Eilish’s style has attracted scrutiny since the beginning of her career, when she was a scowling, nonconformist teen with lime-green roots and a taste for streetwear. Both musically and stylistically, young Billie seemed to be taking cues from male rappers more than her female peers; she scrambled the pop mold with whispery, macabre songs indebted to trap and stepped out in hypebeast-y outfits that hid her figure. Eilish wore baggy clothing as part of a deeply understandable effort to avoid sexualization, lest conversations about her body eclipse the narrative. “Nobody can have an opinion because they haven’t seen what’s underneath, you know?,” she said in a Calvin Klein ad. Her fits — logo-fied, tentish, disobedient — weren’t simply functional. Some saw a subversive refusal to deliver femininity; others saw evidence of anti-establishment posturing, another privileged white kid not giving credit where it was due.

Billie Eilish at the 2021 Met Gala. Photo: Kevin Mazur/MG21/Getty Images For The Met Museum/Vogue

By then, though, the pop star had already pulled an about-face. In 2021, she shocked the masses by gracing the cover of British Vogue in blonde curls, a rose-colored bustier, and latex gloves, transforming from punkish young iconoclast to golden-age bombshell. The backlash was instantaneous. Eilish recounted to Elle, “I lost 100,000 followers, just because of the boobs.” The Vogue cover teased the old-Hollywood theme of her second album, Happier Than Ever, which she envisioned as a “timeless record,” inspired by (white) jazz singers like Julie London and Frank Sinatra. Later that year, for her Met Gala debut, Eilish paid homage to Marilyn Monroe in a peach-colored Oscar de la Renta ball gown.

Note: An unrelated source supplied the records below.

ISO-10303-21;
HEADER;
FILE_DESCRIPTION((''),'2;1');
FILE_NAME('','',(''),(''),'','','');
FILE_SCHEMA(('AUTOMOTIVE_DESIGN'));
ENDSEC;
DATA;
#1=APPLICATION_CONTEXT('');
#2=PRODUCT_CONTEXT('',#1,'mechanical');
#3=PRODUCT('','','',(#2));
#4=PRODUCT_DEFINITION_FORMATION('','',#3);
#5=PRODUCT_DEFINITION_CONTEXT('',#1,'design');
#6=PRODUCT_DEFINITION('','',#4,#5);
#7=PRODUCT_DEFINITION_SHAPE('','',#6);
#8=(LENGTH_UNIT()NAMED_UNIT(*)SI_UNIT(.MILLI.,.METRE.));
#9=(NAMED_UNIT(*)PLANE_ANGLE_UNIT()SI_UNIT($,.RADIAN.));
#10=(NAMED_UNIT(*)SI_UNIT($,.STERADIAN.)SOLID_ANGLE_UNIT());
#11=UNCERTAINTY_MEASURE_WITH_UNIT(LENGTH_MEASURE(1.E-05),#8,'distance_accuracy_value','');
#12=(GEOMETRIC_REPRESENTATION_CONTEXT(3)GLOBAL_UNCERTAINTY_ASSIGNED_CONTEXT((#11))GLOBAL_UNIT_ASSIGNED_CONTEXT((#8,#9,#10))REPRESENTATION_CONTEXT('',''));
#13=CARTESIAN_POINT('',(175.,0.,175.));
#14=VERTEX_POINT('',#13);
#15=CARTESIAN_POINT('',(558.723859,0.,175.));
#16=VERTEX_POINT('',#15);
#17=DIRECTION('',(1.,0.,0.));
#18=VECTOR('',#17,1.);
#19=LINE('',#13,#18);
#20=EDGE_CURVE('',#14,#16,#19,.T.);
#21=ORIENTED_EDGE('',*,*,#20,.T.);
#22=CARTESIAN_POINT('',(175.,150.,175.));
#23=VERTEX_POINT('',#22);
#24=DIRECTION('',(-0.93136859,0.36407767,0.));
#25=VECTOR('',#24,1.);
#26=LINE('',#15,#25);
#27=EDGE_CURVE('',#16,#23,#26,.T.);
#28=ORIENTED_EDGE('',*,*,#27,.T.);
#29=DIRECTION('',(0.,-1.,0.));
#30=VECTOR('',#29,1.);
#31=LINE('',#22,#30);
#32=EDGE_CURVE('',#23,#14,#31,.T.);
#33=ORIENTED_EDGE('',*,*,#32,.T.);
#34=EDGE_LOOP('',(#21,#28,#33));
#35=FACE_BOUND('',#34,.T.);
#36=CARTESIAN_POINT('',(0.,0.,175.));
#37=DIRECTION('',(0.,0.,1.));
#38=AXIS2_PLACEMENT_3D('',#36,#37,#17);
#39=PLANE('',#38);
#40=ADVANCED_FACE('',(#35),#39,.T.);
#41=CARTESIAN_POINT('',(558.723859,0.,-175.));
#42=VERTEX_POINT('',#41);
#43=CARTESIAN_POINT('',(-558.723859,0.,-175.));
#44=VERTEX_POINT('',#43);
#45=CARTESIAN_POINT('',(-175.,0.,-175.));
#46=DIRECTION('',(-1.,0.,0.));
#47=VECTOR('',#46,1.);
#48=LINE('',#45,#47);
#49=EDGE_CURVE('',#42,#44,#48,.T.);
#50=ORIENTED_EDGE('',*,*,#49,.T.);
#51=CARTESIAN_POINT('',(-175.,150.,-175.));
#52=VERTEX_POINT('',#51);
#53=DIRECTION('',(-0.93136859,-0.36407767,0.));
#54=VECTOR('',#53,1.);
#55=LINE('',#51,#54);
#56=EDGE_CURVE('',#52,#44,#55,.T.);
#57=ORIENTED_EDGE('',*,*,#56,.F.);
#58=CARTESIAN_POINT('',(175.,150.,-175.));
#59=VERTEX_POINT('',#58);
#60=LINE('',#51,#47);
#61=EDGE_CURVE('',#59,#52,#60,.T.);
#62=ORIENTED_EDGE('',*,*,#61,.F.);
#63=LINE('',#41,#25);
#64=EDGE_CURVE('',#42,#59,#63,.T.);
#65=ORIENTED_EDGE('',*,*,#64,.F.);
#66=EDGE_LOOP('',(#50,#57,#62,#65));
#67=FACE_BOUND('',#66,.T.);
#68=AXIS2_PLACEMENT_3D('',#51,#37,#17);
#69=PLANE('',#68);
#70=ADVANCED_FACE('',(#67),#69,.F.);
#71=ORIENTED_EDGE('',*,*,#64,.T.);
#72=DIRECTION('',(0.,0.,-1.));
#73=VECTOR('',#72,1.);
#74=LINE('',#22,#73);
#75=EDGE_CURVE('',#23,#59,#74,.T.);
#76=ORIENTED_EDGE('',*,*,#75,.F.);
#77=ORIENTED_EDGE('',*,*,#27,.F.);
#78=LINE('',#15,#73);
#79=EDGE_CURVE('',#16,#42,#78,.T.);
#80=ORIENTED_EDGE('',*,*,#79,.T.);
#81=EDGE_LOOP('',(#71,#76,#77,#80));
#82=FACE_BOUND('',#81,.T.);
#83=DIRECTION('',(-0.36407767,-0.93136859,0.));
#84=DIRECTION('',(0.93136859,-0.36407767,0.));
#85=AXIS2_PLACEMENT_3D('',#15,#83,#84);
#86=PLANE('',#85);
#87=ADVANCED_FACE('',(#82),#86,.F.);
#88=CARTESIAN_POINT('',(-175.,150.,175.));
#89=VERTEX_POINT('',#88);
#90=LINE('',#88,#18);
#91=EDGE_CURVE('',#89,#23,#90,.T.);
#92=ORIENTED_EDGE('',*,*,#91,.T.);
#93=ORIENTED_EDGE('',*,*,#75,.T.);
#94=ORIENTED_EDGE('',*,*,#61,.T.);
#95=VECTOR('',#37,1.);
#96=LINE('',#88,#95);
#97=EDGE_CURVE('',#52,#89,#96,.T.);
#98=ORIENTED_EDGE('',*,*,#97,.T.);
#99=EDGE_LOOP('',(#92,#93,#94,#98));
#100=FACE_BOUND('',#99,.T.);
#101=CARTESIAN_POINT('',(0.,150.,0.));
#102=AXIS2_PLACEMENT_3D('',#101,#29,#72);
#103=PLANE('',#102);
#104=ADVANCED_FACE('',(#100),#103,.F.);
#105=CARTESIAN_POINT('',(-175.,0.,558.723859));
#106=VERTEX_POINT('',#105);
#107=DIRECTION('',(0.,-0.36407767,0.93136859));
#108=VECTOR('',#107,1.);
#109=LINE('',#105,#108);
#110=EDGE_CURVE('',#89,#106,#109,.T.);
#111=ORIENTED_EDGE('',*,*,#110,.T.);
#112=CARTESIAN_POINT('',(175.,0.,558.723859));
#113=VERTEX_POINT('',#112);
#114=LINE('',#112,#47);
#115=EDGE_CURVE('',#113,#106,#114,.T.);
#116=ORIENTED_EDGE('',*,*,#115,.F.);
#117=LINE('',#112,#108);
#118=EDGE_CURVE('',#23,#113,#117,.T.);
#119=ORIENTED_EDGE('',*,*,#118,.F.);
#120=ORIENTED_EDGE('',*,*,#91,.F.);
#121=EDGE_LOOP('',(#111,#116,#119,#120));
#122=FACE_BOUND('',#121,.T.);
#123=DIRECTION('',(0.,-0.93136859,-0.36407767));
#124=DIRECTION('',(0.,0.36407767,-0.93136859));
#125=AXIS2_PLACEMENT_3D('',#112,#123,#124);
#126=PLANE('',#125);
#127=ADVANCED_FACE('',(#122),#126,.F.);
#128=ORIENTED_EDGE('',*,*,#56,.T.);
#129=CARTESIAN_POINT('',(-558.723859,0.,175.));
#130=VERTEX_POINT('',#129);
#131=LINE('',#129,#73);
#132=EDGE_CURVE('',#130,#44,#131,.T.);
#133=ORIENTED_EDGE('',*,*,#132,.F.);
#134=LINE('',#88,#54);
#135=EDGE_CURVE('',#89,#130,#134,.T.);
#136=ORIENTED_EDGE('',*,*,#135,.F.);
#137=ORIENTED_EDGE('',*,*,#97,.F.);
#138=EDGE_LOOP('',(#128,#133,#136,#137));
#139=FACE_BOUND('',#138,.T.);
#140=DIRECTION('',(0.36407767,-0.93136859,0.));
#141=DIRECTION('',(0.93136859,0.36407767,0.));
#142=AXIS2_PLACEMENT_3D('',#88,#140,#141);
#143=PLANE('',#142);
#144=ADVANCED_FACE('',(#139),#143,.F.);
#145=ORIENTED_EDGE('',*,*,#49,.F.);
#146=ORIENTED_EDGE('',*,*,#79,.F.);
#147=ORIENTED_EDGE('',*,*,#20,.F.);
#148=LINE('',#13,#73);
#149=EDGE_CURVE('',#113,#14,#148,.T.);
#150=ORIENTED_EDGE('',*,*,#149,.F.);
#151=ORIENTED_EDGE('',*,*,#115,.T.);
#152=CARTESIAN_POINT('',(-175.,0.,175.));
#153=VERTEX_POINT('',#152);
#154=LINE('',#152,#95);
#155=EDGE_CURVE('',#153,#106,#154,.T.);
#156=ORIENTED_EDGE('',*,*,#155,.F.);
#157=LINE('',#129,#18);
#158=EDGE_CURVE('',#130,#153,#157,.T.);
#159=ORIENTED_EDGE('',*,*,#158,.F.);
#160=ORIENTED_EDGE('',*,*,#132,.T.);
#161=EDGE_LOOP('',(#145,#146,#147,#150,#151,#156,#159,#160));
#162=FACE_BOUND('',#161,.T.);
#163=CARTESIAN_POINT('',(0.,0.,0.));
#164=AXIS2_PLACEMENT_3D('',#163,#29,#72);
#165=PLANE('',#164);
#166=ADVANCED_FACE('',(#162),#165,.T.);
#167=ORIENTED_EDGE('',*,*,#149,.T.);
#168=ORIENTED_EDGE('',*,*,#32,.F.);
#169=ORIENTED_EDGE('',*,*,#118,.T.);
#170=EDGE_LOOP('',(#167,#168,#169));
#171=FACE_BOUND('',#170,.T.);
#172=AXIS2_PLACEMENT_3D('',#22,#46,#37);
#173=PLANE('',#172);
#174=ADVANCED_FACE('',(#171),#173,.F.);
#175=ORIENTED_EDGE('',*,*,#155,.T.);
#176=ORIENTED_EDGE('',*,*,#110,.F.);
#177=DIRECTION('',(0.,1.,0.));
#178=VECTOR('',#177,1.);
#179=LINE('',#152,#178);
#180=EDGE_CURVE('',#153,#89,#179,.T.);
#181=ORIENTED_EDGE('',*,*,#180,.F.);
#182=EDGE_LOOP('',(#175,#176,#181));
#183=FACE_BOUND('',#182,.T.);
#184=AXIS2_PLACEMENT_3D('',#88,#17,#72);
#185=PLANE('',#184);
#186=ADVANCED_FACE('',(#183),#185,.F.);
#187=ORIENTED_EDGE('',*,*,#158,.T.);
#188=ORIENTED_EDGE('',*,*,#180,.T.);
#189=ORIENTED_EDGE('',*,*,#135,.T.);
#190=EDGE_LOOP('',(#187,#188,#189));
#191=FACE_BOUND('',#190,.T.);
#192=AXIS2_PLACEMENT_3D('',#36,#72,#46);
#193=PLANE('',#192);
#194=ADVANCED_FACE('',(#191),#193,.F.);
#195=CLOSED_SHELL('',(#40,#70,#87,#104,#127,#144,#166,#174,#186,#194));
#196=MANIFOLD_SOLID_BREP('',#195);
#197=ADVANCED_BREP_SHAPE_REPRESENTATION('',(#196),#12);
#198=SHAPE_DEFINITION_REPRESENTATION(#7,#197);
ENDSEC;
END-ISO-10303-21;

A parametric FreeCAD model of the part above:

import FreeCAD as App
import Part
import Sketcher

V = App.Vector


def add_polygon(sketch, points):
    """Adds a closed chain of lines whose ends are joined by coincident constraints."""
    first, n = sketch.GeometryCount, len(points)
    for a, b in zip(points, points[1:] + points[:1]):
        sketch.addGeometry(Part.LineSegment(App.Vector(*a, 0), App.Vector(*b, 0)), False)
    for i in range(n):
        sketch.addConstraint(Sketcher.Constraint("Coincident", first + i, 2, first + (i + 1) % n, 1))

doc = App.newDocument("Part")
body = doc.addObject("PartDesign::Body", "Body")

# Sketch on XZ plane
sketch1 = doc.addObject("Sketcher::SketchObject", "Sketch")
body.addObject(sketch1)
sketch1.AttachmentSupport = (doc.XZ_Plane, [""])
sketch1.MapMode = "FlatFace"
add_polygon(sketch1, [(-175, -175), (-175, 175), (175, 175), (175, -175)])  # lines 0-3
sketch1.addConstraint(Sketcher.Constraint("Vertical", 0))
sketch1.addConstraint(Sketcher.Constraint("Horizontal", 1))
sketch1.addConstraint(Sketcher.Constraint("Vertical", 2))
sketch1.addConstraint(Sketcher.Constraint("Horizontal", 3))
sketch1.addConstraint(Sketcher.Constraint("Symmetric", 0, 2, 2, 2, -1, 1))
sketch1.addConstraint(Sketcher.Constraint("Equal", 3, 0))
sketch1.addConstraint(Sketcher.Constraint("DistanceX", 1, 1, 1, 2, 350.0))
pad1 = doc.addObject("PartDesign::Pad", "Pad")
body.addObject(pad1)
pad1.Profile = sketch1
pad1.Length = 150
pad1.Reversed = True

# Sketch on YZ plane
sketch2 = doc.addObject("Sketcher::SketchObject", "Sketch001")
body.addObject(sketch2)
sketch2.AttachmentSupport = (doc.YZ_Plane, [""])
sketch2.MapMode = "FlatFace"
add_polygon(sketch2, [(0, 175), (150, 175), (0, 559)])  # lines 0-2
sketch2.addConstraint(Sketcher.Constraint("Horizontal", 0))
sketch2.addConstraint(Sketcher.Constraint("Vertical", 2))
sketch2.addConstraint(Sketcher.Constraint("PointOnObject", 1, 2, -2))
sketch2.addConstraint(Sketcher.Constraint("DistanceX", 0, 1, 0, 2, 150.0))
sketch2.addConstraint(Sketcher.Constraint("Distance", 1, 412.0))
sketch2.addConstraint(Sketcher.Constraint("DistanceY", -1, 1, 0, 2, 175.0))
pad2 = doc.addObject("PartDesign::Pad", "Pad001")
body.addObject(pad2)
pad2.Profile = sketch2
pad2.Length = 350
pad2.Midplane = True

# Sketch on XY plane
sketch3 = doc.addObject("Sketcher::SketchObject", "Sketch002")
body.addObject(sketch3)
sketch3.AttachmentSupport = (doc.XY_Plane, [""])
sketch3.MapMode = "FlatFace"
add_polygon(sketch3, [(-175, 150), (-559, 0), (-175, 0)])  # lines 0-2
add_polygon(sketch3, [(175, 150), (175, 0), (559, 0)])  # lines 3-5
sketch3.addConstraint(Sketcher.Constraint("Horizontal", 1))
sketch3.addConstraint(Sketcher.Constraint("Vertical", 2))
sketch3.addConstraint(Sketcher.Constraint("Vertical", 3))
sketch3.addConstraint(Sketcher.Constraint("Horizontal", 4))
sketch3.addConstraint(Sketcher.Constraint("Symmetric", 1, 2, 3, 2, -1, 1))
sketch3.addConstraint(Sketcher.Constraint("Symmetric", 0, 2, 4, 2, -2))
sketch3.addConstraint(Sketcher.Constraint("Horizontal", 2, 2, 5, 2))
sketch3.addConstraint(Sketcher.Constraint("DistanceY", 2, 1, 2, 2, 150.0))
sketch3.addConstraint(Sketcher.Constraint("Distance", 0, 412.0))
sketch3.addConstraint(Sketcher.Constraint("DistanceX", 1, 2, -1, 1, 175.0))
pad3 = doc.addObject("PartDesign::Pad", "Pad002")
body.addObject(pad3)
pad3.Profile = sketch3
pad3.Length = 350
pad3.Midplane = True

doc.recompute()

Eilish said her sartorial 180 was a reaction to feeling pigeonholed: “I felt pretty trapped in the persona that people had of me,” she told NME. “I wanted to have range and to feel desirable, and to feel feminine and masculine — and I wanted to prove that to myself, too.” But to skeptics, it was irritating proof of how carpetbagging white artists are free to try on then cast-off Black aesthetics at will. (Eilish is, to put it mildly, an inelegant interviewee, and her earlier, haphazard remarks about rap hyperbole didn’t help.)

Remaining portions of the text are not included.